Being in a Pueblo come with certain challenges. It is difficult to explain however I feel that a peace corps volunteer has to do a lot of work to integrate, feel part of the community, build confianza within the community and feel safe. I feel like I have to work doubly hard for all this to happen. Most future PCV's dream of being in a rural setting where you become one of the community member and can form deep relationships with most people that live there. Managin my expectations of this has been difficult. However, spending time in my 5 barrios has shown me that will be working in some of the poorest communities - some even poorer than campos/more rural setting I have seen. I think this has to do with density and how close the houses are to each other - Chronic infections and disease spread faster this way.
|Heading into the market|
|Typical crowdness and loudness - motoconchos everywhere|
- My exercise class has been going well. I have been using it as a time/opportunity to throw in tidbits about nutrition and preventative health!

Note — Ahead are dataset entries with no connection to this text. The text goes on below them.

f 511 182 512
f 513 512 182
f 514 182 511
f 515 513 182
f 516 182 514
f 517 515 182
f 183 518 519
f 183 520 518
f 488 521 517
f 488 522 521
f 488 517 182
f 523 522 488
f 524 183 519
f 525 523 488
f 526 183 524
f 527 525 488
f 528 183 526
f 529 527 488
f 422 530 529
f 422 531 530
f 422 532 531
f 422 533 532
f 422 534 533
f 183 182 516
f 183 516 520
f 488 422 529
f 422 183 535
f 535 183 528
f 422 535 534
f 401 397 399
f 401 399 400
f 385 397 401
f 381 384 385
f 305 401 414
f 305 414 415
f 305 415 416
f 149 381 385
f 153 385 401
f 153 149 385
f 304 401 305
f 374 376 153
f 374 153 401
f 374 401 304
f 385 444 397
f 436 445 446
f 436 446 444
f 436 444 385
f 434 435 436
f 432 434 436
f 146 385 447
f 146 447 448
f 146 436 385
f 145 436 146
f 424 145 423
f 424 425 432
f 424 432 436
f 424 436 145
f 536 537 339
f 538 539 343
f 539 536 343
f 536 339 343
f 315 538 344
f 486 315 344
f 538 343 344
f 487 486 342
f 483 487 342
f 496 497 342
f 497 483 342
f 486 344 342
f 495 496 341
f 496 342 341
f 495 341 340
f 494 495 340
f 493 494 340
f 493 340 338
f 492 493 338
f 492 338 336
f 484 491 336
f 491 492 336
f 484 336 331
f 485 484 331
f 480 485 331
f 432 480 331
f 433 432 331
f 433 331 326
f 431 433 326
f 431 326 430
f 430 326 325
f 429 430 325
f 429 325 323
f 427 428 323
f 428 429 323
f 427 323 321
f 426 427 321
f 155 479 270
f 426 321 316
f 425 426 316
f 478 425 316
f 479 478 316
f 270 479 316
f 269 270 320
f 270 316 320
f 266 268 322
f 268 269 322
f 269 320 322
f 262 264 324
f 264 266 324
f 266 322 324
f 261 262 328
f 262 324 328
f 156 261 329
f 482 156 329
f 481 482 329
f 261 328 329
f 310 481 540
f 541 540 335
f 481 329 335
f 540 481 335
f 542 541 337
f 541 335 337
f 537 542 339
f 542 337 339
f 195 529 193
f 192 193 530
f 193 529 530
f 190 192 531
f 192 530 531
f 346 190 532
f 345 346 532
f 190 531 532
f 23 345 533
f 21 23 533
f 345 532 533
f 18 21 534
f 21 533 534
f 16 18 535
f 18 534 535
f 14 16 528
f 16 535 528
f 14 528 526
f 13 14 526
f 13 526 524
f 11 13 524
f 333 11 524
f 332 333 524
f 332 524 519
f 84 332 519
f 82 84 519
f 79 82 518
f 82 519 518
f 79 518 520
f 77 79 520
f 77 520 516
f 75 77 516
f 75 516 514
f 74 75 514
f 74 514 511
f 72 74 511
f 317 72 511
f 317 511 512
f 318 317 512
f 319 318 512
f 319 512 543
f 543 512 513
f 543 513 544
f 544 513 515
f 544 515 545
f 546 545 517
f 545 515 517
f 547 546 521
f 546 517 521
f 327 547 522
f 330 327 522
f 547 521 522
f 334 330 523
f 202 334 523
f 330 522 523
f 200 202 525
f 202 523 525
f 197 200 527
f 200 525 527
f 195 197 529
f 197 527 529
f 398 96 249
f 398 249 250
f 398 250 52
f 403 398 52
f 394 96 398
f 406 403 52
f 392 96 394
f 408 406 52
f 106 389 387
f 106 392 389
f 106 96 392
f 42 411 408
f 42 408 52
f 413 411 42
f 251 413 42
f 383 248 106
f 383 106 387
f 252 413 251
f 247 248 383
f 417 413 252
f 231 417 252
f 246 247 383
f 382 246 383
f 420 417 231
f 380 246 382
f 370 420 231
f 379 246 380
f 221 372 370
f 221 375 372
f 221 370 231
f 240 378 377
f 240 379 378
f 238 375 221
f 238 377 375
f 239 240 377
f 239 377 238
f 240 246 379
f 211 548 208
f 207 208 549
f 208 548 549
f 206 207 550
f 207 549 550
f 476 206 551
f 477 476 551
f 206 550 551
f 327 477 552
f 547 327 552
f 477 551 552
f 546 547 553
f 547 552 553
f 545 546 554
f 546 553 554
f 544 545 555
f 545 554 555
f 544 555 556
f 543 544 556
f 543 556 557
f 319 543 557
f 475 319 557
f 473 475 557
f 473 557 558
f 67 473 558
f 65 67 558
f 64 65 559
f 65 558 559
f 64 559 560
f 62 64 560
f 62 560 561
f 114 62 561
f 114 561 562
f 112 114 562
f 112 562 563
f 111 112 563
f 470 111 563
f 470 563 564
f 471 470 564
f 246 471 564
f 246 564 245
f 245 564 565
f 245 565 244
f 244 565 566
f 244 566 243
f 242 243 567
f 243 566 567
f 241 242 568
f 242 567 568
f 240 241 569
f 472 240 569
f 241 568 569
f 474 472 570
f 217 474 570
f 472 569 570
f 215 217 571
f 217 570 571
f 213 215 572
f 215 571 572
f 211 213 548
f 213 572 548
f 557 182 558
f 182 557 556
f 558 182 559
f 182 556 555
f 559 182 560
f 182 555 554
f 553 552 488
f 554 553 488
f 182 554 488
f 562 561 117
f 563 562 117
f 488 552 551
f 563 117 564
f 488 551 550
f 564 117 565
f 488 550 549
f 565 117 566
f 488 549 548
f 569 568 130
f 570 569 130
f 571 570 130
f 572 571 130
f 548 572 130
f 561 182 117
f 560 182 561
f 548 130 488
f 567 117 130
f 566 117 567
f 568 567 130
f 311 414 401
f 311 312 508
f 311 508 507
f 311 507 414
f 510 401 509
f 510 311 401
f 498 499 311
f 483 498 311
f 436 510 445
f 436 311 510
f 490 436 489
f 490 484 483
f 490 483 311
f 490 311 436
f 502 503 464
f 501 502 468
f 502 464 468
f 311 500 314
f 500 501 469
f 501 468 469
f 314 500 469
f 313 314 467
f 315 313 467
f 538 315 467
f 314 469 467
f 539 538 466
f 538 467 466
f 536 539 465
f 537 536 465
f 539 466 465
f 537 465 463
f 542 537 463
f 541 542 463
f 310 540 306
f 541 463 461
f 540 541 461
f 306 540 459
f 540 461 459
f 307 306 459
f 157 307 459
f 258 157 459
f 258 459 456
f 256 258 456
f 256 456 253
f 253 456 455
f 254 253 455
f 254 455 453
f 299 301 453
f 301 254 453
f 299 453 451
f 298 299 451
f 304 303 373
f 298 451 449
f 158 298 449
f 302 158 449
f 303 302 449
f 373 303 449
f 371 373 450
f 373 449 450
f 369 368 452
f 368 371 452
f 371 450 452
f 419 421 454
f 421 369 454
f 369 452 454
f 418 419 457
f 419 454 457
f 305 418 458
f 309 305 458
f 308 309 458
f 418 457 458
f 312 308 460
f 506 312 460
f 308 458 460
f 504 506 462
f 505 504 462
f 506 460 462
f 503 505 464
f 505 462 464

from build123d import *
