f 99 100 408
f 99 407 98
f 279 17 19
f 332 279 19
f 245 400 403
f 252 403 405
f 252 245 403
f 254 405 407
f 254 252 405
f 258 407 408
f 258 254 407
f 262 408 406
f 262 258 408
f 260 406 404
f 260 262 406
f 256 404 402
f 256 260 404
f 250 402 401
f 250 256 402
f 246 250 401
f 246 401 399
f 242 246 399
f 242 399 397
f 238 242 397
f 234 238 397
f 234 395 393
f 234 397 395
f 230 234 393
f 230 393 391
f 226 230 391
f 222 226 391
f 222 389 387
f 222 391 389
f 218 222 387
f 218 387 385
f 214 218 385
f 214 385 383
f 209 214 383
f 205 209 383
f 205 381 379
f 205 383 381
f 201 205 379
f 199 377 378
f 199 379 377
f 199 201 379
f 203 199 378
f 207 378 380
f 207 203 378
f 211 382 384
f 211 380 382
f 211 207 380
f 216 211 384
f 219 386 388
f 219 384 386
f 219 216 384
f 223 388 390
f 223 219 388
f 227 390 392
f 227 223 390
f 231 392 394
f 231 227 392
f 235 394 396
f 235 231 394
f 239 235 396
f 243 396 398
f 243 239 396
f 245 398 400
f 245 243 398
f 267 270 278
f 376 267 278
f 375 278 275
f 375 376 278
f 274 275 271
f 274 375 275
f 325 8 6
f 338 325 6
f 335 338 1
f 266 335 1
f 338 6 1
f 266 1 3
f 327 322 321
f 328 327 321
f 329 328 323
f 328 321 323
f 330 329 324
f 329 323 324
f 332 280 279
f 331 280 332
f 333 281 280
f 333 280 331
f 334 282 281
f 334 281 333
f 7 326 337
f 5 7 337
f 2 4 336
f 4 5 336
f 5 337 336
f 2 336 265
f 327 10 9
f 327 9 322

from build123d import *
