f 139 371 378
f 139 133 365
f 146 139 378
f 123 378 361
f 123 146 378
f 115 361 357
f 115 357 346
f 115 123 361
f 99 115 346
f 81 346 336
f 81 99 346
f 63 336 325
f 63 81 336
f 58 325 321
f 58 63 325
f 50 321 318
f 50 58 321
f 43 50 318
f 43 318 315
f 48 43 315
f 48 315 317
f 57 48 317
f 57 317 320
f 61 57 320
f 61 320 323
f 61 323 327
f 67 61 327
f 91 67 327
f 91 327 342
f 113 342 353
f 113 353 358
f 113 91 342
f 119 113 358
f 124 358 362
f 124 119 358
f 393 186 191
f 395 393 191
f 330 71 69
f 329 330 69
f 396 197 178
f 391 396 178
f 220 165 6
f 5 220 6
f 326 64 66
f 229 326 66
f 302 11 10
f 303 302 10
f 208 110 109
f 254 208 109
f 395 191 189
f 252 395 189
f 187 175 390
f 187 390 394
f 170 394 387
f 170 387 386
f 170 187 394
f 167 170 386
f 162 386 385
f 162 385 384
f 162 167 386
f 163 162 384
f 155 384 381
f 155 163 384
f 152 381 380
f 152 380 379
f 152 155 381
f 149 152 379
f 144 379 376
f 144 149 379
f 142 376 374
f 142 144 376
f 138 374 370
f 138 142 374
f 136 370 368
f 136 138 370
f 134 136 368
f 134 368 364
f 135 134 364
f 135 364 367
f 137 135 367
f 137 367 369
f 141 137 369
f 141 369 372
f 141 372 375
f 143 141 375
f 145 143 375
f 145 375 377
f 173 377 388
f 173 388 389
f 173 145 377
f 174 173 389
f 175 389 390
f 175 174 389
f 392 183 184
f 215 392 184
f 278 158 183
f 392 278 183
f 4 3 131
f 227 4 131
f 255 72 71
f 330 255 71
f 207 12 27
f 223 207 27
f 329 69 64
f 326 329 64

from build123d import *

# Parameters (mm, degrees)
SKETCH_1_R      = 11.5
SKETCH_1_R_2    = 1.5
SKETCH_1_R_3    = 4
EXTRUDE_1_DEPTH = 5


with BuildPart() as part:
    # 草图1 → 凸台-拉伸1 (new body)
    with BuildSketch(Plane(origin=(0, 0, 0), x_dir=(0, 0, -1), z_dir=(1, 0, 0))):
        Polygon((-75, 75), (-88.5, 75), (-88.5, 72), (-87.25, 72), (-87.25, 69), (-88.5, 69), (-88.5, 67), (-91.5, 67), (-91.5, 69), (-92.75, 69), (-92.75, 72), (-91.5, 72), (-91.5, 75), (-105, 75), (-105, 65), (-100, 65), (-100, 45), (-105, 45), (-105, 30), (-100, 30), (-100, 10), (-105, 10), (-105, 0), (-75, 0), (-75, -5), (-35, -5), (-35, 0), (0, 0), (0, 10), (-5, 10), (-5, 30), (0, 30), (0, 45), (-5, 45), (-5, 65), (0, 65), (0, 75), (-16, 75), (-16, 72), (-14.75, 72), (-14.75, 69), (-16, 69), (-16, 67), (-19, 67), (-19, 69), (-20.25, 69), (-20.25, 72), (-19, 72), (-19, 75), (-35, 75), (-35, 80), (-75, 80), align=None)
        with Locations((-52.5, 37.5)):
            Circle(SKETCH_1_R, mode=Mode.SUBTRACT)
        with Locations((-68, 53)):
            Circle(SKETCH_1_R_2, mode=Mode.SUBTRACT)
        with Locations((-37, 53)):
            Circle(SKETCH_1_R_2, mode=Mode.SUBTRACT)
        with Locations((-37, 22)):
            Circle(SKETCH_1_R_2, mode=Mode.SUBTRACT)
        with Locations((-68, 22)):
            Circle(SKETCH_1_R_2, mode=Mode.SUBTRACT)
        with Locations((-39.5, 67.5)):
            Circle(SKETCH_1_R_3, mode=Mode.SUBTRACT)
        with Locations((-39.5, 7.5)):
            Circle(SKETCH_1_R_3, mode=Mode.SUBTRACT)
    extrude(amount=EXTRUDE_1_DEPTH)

|I promise my exercise class has grown...|
With New Year’s around the corner I have been thinking a lot about where I was a year ago. Appealing the decision from Peace Corps to defer me for service until January 2013. I am so grateful for everyone who pushed me to appeal. I know I have only been here for about 4 months now but I have already learned a lot from the people here and am already seeing that this is where I am supposed to be. I now understand all those times when I would come home from work and feel like I wasn't doing anything, I wasn't contributing the way I knew I could or I just felt plain unfulfilled. I see that I am finally accomplishing a goal I had from way long ago – before I even knew options post-college and before I could even think about living on my own.
If you want something bad enough in life – you can make it happen. It may mean sacrifice but if in the end it will give you peace of mind knowing that you are on the right track – it is more than worth it.